Alabama's strength and conditioning coach really is a madman. Spend five minutes with him and you'll understand that much. He seems incapable of sitting still. One player said he has seen him rub Icy Hot all over his body to get a jolt of energy -- a fact Cochran freely admits. His gravel-infused Cajun accent booms through doors and around hallways. It's as if he was born hoarse and decided to shout the soreness away.

But Cochran's outer-shell is one thing. You can get lost trying to characterize such a colorful character. Instead, you have to dig deeper to understand the effect he has on Alabama's football program and why Nick Saban fought so hard to keep him, fending off a job offer from Georgia with a raise that sources tell ESPN will push Cochran's salary north of $600,000, making him the highest-paid strength coach in college football.

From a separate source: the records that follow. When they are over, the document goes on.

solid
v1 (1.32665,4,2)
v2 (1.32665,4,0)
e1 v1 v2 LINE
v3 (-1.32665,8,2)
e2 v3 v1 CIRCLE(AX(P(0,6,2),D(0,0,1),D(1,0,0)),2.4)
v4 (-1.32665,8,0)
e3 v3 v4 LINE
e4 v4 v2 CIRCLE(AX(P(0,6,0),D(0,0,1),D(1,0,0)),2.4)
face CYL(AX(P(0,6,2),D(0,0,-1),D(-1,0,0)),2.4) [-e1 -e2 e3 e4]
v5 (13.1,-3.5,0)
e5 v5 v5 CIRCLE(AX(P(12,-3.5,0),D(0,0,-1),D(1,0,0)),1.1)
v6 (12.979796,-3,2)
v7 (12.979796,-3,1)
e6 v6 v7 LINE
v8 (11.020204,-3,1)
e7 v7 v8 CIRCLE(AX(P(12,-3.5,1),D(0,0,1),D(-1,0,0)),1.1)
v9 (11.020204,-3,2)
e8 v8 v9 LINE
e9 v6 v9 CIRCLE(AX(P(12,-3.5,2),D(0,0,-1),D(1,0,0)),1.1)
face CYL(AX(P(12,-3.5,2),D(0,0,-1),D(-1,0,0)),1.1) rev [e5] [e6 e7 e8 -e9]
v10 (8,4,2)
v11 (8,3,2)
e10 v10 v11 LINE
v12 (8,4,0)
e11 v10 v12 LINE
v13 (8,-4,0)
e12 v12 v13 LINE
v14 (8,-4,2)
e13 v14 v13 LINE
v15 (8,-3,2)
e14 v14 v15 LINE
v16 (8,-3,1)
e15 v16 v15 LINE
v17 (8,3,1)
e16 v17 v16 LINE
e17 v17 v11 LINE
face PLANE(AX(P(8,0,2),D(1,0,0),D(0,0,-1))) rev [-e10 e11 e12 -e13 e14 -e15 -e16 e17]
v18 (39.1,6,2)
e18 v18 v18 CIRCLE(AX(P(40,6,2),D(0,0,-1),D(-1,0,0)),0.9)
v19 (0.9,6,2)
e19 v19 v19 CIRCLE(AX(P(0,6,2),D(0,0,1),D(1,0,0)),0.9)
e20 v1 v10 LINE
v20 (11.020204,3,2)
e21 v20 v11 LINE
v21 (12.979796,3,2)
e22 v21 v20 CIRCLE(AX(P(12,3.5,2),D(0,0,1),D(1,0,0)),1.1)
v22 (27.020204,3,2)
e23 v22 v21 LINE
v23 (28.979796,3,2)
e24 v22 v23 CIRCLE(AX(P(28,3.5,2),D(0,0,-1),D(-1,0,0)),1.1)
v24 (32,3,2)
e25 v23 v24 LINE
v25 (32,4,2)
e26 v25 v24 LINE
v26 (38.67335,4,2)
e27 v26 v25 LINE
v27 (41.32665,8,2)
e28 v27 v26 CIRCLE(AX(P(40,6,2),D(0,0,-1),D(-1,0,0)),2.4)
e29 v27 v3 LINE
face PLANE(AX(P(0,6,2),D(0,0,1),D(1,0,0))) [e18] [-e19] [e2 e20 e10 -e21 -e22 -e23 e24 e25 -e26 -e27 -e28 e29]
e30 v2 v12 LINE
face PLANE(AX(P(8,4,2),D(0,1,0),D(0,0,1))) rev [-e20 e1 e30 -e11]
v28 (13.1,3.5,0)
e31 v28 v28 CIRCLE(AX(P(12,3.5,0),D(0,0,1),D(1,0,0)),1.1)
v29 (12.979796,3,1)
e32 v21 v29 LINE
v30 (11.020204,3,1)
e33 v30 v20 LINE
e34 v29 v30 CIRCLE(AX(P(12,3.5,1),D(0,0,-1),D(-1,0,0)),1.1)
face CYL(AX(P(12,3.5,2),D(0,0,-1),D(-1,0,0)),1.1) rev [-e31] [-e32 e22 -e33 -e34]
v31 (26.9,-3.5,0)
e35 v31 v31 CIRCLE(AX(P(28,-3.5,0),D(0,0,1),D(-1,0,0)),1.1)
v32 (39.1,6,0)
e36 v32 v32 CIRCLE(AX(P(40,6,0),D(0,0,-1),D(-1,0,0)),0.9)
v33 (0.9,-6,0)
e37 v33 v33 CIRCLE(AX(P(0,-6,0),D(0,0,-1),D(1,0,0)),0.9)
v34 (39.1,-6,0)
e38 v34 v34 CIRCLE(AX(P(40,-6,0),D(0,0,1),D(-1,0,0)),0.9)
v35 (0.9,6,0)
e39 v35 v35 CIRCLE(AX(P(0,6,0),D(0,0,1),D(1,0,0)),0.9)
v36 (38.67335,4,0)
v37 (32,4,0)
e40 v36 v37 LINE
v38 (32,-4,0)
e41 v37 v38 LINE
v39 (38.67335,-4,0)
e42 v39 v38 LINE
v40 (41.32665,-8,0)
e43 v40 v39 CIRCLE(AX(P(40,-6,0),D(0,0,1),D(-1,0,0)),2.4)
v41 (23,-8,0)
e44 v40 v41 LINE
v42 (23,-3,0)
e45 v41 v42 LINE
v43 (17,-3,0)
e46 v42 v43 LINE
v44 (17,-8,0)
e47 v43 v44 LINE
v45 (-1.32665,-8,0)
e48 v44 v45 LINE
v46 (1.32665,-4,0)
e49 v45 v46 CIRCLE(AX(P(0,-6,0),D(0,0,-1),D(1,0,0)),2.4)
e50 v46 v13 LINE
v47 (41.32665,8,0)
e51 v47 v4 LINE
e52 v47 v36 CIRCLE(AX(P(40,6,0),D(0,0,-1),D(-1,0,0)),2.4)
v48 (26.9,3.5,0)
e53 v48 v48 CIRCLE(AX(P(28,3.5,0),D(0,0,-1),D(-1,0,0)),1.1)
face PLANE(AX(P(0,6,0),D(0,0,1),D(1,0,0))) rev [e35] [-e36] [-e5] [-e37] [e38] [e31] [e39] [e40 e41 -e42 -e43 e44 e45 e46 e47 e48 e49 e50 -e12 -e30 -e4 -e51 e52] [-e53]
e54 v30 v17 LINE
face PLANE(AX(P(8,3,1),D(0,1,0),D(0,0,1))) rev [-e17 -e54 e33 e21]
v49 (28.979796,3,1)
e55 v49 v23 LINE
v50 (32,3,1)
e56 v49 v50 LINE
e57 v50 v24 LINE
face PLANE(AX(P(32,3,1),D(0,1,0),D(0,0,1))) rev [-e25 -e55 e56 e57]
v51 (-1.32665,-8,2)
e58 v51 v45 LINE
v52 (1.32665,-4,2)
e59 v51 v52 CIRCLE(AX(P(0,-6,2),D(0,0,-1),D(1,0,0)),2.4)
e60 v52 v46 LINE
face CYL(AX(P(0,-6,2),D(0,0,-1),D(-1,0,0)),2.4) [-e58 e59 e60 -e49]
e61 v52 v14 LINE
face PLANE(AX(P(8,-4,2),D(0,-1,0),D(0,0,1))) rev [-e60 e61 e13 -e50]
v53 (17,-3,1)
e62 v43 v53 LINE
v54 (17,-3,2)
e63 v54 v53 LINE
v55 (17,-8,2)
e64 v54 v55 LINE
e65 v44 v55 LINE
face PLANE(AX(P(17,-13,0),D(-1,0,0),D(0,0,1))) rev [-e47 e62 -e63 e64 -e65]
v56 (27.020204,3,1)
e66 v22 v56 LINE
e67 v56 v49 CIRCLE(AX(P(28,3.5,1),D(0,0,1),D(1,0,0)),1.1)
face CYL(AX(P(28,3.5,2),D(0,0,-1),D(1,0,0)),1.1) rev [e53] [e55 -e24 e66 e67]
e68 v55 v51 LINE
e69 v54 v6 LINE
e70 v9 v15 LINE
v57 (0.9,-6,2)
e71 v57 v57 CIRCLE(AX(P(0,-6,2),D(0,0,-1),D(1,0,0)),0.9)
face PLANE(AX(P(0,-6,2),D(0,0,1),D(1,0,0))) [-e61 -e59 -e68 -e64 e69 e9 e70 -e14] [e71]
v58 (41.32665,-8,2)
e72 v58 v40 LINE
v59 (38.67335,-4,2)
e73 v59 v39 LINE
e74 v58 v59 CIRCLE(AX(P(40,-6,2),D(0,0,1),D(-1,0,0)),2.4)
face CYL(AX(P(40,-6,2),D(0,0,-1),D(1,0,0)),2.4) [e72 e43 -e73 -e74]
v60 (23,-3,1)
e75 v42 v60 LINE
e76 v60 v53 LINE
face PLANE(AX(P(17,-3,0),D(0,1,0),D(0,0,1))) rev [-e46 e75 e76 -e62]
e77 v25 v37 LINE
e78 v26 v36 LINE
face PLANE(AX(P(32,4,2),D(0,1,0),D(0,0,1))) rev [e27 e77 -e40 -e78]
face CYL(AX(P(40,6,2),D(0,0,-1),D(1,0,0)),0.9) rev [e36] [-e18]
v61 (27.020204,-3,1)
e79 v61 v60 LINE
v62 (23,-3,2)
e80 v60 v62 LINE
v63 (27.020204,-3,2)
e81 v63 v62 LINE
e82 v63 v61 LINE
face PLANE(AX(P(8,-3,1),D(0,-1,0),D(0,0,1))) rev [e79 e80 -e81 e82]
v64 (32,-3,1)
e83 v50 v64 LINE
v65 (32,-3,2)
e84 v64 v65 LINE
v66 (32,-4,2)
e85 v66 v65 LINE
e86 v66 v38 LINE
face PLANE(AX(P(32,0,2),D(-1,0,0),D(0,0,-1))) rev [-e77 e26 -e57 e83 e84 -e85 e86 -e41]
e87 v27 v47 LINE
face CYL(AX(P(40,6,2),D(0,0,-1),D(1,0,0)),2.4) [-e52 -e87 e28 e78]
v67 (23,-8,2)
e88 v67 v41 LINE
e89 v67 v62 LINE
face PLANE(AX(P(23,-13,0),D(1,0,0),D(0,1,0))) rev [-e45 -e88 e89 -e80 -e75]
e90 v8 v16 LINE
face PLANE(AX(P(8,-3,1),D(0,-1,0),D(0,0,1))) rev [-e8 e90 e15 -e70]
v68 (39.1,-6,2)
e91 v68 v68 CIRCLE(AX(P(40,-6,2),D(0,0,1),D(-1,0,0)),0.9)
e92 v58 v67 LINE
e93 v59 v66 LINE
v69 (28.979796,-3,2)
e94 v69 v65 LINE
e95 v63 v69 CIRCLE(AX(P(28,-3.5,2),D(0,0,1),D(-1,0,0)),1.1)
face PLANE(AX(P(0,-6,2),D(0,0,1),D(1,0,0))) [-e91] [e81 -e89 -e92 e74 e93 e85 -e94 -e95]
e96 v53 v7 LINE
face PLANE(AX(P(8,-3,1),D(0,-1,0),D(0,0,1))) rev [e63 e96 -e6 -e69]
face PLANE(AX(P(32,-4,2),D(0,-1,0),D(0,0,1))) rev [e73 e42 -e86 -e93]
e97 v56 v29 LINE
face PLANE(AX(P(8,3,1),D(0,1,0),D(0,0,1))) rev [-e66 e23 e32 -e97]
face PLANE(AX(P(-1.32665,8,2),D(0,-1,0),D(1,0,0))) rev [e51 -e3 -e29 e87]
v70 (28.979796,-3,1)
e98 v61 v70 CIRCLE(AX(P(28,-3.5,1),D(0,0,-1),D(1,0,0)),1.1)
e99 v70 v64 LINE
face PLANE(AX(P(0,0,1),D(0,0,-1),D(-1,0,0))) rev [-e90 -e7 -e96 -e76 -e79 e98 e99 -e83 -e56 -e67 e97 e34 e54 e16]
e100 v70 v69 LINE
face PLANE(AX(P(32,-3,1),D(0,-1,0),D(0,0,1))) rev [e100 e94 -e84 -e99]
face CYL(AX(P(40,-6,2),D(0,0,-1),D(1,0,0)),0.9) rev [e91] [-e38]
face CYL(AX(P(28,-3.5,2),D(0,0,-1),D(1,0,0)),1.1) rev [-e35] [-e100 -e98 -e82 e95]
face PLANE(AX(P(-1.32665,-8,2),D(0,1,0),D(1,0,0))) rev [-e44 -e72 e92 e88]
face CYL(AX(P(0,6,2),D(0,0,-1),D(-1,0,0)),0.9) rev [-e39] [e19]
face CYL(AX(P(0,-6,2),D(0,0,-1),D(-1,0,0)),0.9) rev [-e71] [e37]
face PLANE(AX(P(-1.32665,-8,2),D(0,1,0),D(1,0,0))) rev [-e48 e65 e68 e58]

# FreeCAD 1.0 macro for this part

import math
import FreeCAD as App
import Part
import Sketcher
Q = App.Units.Quantity


def add_polygon(sketch, points):
    """Adds a closed chain of lines whose ends are joined by coincident constraints."""
    first, n = sketch.GeometryCount, len(points)
    for a, b in zip(points, points[1:] + points[:1]):
        sketch.addGeometry(Part.LineSegment(App.Vector(*a, 0), App.Vector(*b, 0)), False)
    for i in range(n):
        sketch.addConstraint(Sketcher.Constraint("Coincident", first + i, 2, first + (i + 1) % n, 1))

doc = App.newDocument("Part")
params = doc.addObject("Spreadsheet::Sheet", "Params")
for row, (alias, value) in enumerate([
    ("sketch1_diameter", "2.2 mm"),
    ("sketch1_diameter2", "1.8 mm"),
    ("sketch1_radius", "2.4 mm"),
    ("sketch1_width", "12 mm"),
    ("sketch1_height", "4 mm"),
    ("pad1_length", "2 mm"),
    ("sketch2_width", "12 mm"),
    ("sketch2_height", "3 mm"),
    ("pocket1_length", "1 mm"),
    ("sketch3_width", "6 mm"),
    ("sketch3_height", "10 mm"),
], start=1):
    params.set(f"A{row}", alias)
    params.set(f"B{row}", "=" + value)
    params.setAlias(f"B{row}", alias)

body = doc.addObject("PartDesign::Body", "Body")

sketch1 = doc.addObject("Sketcher::SketchObject", "Sketch")
body.addObject(sketch1)
sketch1.AttachmentSupport = (doc.XY_Plane, [""])
sketch1.MapMode = "FlatFace"
sketch1.addGeometry([
    Part.LineSegment(App.Vector(20, 8, 0), App.Vector(-1.3, 8, 0)),
    Part.ArcOfCircle(Part.Circle(App.Vector(0, 6, 0), App.Vector(0, 0, 1), 2.4), math.radians(124), math.radians(304)),
    Part.LineSegment(App.Vector(1.3, 4, 0), App.Vector(8, 4, 0)),
    Part.LineSegment(App.Vector(8, 4, 0), App.Vector(8, 0, 0)),
    Part.LineSegment(App.Vector(8, 0, 0), App.Vector(20, 0, 0)),
    Part.LineSegment(App.Vector(20, 0, 0), App.Vector(20, 8, 0)),
    Part.Circle(App.Vector(12, 3.5, 0), App.Vector(0, 0, 1), 1.1),
    Part.Circle(App.Vector(0, 6, 0), App.Vector(0, 0, 1), 0.9),
], False)
sketch1.addConstraint([
    Sketcher.Constraint("Coincident", 0, 2, 1, 1),
    Sketcher.Constraint("Coincident", 1, 2, 2, 1),
    Sketcher.Constraint("Coincident", 2, 2, 3, 1),
    Sketcher.Constraint("Coincident", 3, 2, 4, 1),
    Sketcher.Constraint("Coincident", 4, 2, 5, 1),
    Sketcher.Constraint("Coincident", 5, 2, 0, 1),
    Sketcher.Constraint("Horizontal", 0),
    Sketcher.Constraint("Horizontal", 2),
    Sketcher.Constraint("Vertical", 3),
    Sketcher.Constraint("Horizontal", 4),
    Sketcher.Constraint("Vertical", 5),
    Sketcher.Constraint("Coincident", 7, 3, 1, 3),
    Sketcher.Constraint("PointOnObject", 1, 3, -2),
    Sketcher.Constraint("PointOnObject", 3, 2, -1),
    Sketcher.Constraint("Diameter", 6, Q("2.2 mm")),
    Sketcher.Constraint("Diameter", 7, Q("1.8 mm")),
    Sketcher.Constraint("Radius", 1, Q("2.4 mm")),
    Sketcher.Constraint("DistanceX", 4, 1, 4, 2, Q("12 mm")),
    Sketcher.Constraint("DistanceY", 3, 2, 3, 1, Q("4 mm")),
    Sketcher.Constraint("DistanceY", 5, 1, 5, 2, Q("8 mm")),
    Sketcher.Constraint("DistanceY", -1, 1, 1, 3, Q("6 mm")),
    Sketcher.Constraint("DistanceX", -1, 1, 6, 3, Q("12 mm")),
    Sketcher.Constraint("DistanceX", -1, 1, 2, 2, Q("8 mm")),
    Sketcher.Constraint("DistanceY", -1, 1, 6, 3, Q("3.5 mm")),
])
sketch1.setExpression("Constraints[14]", "Params.sketch1_diameter")
sketch1.setExpression("Constraints[15]", "Params.sketch1_diameter2")
sketch1.setExpression("Constraints[16]", "Params.sketch1_radius")
sketch1.setExpression("Constraints[17]", "Params.sketch1_width")
sketch1.setExpression("Constraints[18]", "Params.sketch1_height")
pad1 = doc.addObject("PartDesign::Pad", "Pad")
body.addObject(pad1)
pad1.Profile = sketch1
pad1.setExpression("Length", "Params.pad1_length")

He makes more than Alabama receivers coach Billy Napier, who helped develop Amari Cooper into a Heisman Trophy finalist. He makes more than Alabama running backs coach Burton Burns, who helped turn Mark Ingram and Derrick Henry into Heisman Trophy winners. And you know what? You'll be hard pressed to find anyone around the program who thinks the investment in Cochran isn't well worth it. According to one former player, he's the most important person on Alabama's payroll not named Nick Saban.

"I don't think there's any question. He's second in line," said Mike Johnson, who played at Alabama from 2006-09, won a national championship with the Tide and played a handful of years in the NFL with the Atlanta Falcons. "If Coach Saban is the father of the program, [Cochran is] the stepdad."

"When I heard he might be going to Georgia," he added, "I was sick because I knew how difficult [it] would be to replace him."

ArDarius Stewart, a junior wide receiver, said he heard the Georgia rumors, too.

"I was giving him hell during practice like, 'Aw, man, you're a Bulldog,'" he said.

When the news release was sent out, stating Cochran would return, Stewart said he was "ecstatic."

Ignoring for a second the nearly unprecedented move by Alabama to send out a release that a strength and conditioning coach was being retained -- that doesn't happen with many coordinators -- there's a reason why Stewart and his teammates were thrilled by the news. They knew what so many on the outside don't: Cochran is Saban's secret sauce -- and it has as much to do with squats and dead lifts as the opening credits have to do with a great James Bond movie.

Yeah, the fact that Cochran is the best reality show never seen on TV is great, but that only sets the stage for a better story about the heartbeat of college football's latest dynasty.

* * *

Johnson spoke for a long time on the phone about the virtues of Scott Cochran. At a certain point, though, it became clear something was missing.

"Notice I haven't talked about his lifting style and we've been on the phone 30 minutes?" he said. "That's a given. It's the energy. His impact is felt in a lot of other places and in a lot more ways than being a strength coach."

If you were to construct a resume for Cochran, his workout regimen would be listed behind his abilities as a sports psychologist, mentor and all-around player liaison.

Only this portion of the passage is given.